The Mayo group examined records for all community residents who had their liver enzymes measured in 1995, and followed them forward. They excluded deaths that occurred within the first two years to prevent potential bias of the results from patients who were terminally ill at baseline. They used standardized mortality ratios to assess the risk of death.
A total of 18,330 community resident had their AST levels measured at least once in 1995, and of these, 2,339 had results above the upper limit of normal. Of the 6,792 who had ALT levels taken in 1995, 907 had results above the upper limit of normal.

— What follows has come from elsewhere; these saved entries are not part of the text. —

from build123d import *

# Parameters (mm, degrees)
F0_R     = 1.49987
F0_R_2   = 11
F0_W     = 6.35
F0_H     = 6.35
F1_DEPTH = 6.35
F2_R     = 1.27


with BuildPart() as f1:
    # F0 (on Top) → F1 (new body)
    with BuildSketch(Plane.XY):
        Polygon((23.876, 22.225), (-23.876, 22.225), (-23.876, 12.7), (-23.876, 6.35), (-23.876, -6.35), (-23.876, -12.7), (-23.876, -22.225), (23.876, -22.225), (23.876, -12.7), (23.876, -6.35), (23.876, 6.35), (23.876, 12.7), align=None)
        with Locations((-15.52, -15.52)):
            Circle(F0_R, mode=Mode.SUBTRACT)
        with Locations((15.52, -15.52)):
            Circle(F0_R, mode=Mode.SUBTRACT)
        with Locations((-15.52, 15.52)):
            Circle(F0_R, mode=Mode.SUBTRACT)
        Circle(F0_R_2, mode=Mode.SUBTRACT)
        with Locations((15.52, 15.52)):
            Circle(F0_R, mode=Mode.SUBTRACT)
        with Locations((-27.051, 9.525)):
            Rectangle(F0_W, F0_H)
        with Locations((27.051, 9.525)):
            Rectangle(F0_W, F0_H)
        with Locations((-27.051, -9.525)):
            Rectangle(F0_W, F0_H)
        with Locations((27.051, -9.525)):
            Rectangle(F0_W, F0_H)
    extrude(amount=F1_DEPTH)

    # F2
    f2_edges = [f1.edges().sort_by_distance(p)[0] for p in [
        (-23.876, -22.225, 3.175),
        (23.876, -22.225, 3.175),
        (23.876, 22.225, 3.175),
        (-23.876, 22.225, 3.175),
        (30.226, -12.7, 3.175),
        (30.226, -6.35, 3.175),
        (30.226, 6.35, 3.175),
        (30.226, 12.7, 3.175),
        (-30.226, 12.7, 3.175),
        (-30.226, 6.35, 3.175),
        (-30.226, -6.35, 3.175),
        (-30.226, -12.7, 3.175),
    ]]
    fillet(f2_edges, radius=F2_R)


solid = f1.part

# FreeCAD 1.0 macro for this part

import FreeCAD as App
import Part
import Sketcher
from FreeCAD import Vector
Q = App.Units.Quantity


def edges_at(feature, points):
    """Names of the edges that pass closest to the given points."""
    edges = feature.Shape.Edges
    near = lambda p: min(range(len(edges)), key=lambda i: edges[i].distToShape(Part.Vertex(*p))[0])
    return sorted({f"Edge{near(p) + 1}" for p in points})


def add_polygon(sketch, points):
    """Adds a closed chain of lines whose ends are joined by coincident constraints."""
    first, n = sketch.GeometryCount, len(points)
    for a, b in zip(points, points[1:] + points[:1]):
        sketch.addGeometry(Part.LineSegment(App.Vector(*a, 0), App.Vector(*b, 0)), False)
    for i in range(n):
        sketch.addConstraint(Sketcher.Constraint("Coincident", first + i, 2, first + (i + 1) % n, 1))

doc = App.newDocument("Part")
body = doc.addObject("PartDesign::Body", "Body")

# Sketch on XY plane
sketch1 = body.newObject("Sketcher::SketchObject", "Sketch")
sketch1.AttachmentSupport = (doc.getObject("XY_Plane"), [""])
sketch1.MapMode = "FlatFace"
add_polygon(sketch1, [(23.9, 22.2), (-23.9, 22.2), (-23.9, 12.7), (-30.2, 12.7), (-30.2, 6.3), (-23.9, 6.3), (-23.9, -6.3), (-30.2, -6.3), (-30.2, -12.7), (-23.9, -12.7), (-23.9, -22.2), (23.9, -22.2), (23.9, -12.7), (30.2, -12.7), (30.2, -6.3), (23.9, -6.3), (23.9, 6.3), (30.2, 6.3), (30.2, 12.7), (23.9, 12.7)])  # lines 0-19
sketch1.addGeometry(Part.Circle(Vector(-15.5, -15.5, 0), Vector(0, 0, 1), 1.5), False)  # 20
sketch1.addGeometry(Part.Circle(Vector(15.5, -15.5, 0), Vector(0, 0, 1), 1.5), False)  # 21
sketch1.addGeometry(Part.Circle(Vector(-15.5, 15.5, 0), Vector(0, 0, 1), 1.5), False)  # 22
sketch1.addGeometry(Part.Circle(Vector(0, 0, 0), Vector(0, 0, 1), 11), False)  # 23
sketch1.addGeometry(Part.Circle(Vector(15.5, 15.5, 0), Vector(0, 0, 1), 1.5), False)  # 24
sketch1.addConstraint([
    Sketcher.Constraint("Horizontal", 0),
    Sketcher.Constraint("Vertical", 1),
    Sketcher.Constraint("Horizontal", 2),
    Sketcher.Constraint("Vertical", 3),
    Sketcher.Constraint("Horizontal", 4),
    Sketcher.Constraint("Vertical", 5),
    Sketcher.Constraint("Horizontal", 6),
    Sketcher.Constraint("Vertical", 7),
    Sketcher.Constraint("Horizontal", 8),
    Sketcher.Constraint("Vertical", 9),
    Sketcher.Constraint("Horizontal", 10),
    Sketcher.Constraint("Vertical", 11),
    Sketcher.Constraint("Horizontal", 12),
    Sketcher.Constraint("Vertical", 13),
    Sketcher.Constraint("Horizontal", 14),
    Sketcher.Constraint("Vertical", 15),
    Sketcher.Constraint("Horizontal", 16),
    Sketcher.Constraint("Vertical", 17),
    Sketcher.Constraint("Horizontal", 18),
    Sketcher.Constraint("Vertical", 19),
    Sketcher.Constraint("Coincident", 23, 3, -1, 1),
    Sketcher.Constraint("Equal", 20, 21),
    Sketcher.Constraint("Equal", 21, 22),
    Sketcher.Constraint("Equal", 22, 24),
    Sketcher.Constraint("Symmetric", 21, 3, 22, 3, -1, 1),
    Sketcher.Constraint("Symmetric", 20, 3, 24, 3, -1, 1),
    Sketcher.Constraint("Symmetric", 0, 2, 10, 2, -1, 1),
    Sketcher.Constraint("Symmetric", 2, 2, 12, 2, -1, 1),
    Sketcher.Constraint("Symmetric", 4, 2, 14, 2, -1, 1),
    Sketcher.Constraint("Symmetric", 6, 2, 16, 2, -1, 1),
    Sketcher.Constraint("Symmetric", 8, 2, 18, 2, -1, 1),
    Sketcher.Constraint("Symmetric", 20, 3, 21, 3, -2),
    Sketcher.Constraint("Symmetric", 8, 2, 11, 2, -2),
    Sketcher.Constraint("Symmetric", 6, 2, 13, 2, -2),
    Sketcher.Constraint("Vertical", 1, 2, 4, 2),
    Sketcher.Constraint("Equal", 18, 3),
    Sketcher.Constraint("DistanceY", 5, 2, 5, 1, Q("0.5 in")),
    Sketcher.Constraint("Diameter", 20, Q("0.1181 in")),
    Sketcher.Constraint("DistanceX", 0, 2, 0, 1, Q("1.88 in")),
    Sketcher.Constraint("DistanceX", 2, 2, 2, 1, Q("0.25 in")),
    Sketcher.Constraint("Diameter", 23, Q("22 mm")),
    Sketcher.Constraint("DistanceY", 1, 2, 1, 1, Q("0.375 in")),
    Sketcher.Constraint("DistanceX", 20, 3, -1, 1, Q("15.52 mm")),
    Sketcher.Constraint("DistanceY", 20, 3, -1, 1, Q("15.52 mm")),
])
pad1 = body.newObject("PartDesign::Pad", "Pad")
pad1.Profile = sketch1
pad1.Length = Q("0.25 in")
doc.recompute()

fillet = body.newObject("PartDesign::Fillet", "Fillet")
fillet.Base = (pad1, edges_at(pad1, [
    (-23.876, -22.225, 3.175),
    (23.876, -22.225, 3.175),
    (23.876, 22.225, 3.175),
    (-23.876, 22.225, 3.175),
    (30.226, -12.7, 3.175),
    (30.226, -6.35, 3.175),
    (30.226, 6.35, 3.175),
    (30.226, 12.7, 3.175),
    (-30.226, 12.7, 3.175),
    (-30.226, 6.35, 3.175),
    (-30.226, -6.35, 3.175),
    (-30.226, -12.7, 3.175),
]))
fillet.Radius = Q("0.05 in")

doc.recompute()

They found that for those residents with AST above the upper limit of normal, the standardized mortality ratio was 1.33, compared with 0.95 for those with normal levels (P<0.01). For those with AST more than twice the upper limit, the death risk was 1.79 (P<0.01). For the majority of patients who did not have AST levels done (28,688), the mortality risk was 0.79 (P<0.01).
Similarly, for those patients who had ALTs measured, the risk for death among those with normal levels was 0.61, compared with 1.22 for those with levels above the upper limit of normal (P<0.22) and 1.63 for those with levels greater than two times the upper limit of normal (P<0.01). Patients with no ALT levels measured had a slight decrease in mortality risk (0.93, P<0.01).
When they plotted the relationship between aminotransferase levels and death, they found an almost linear relationship, the authors said.
"ALT is not only a marker of liver disease in general, but also that of the metabolic syndrome, " said Dr. Kim. He noted that his group plans to look into the mechanism linking liver enzyme elevations and mortality risk.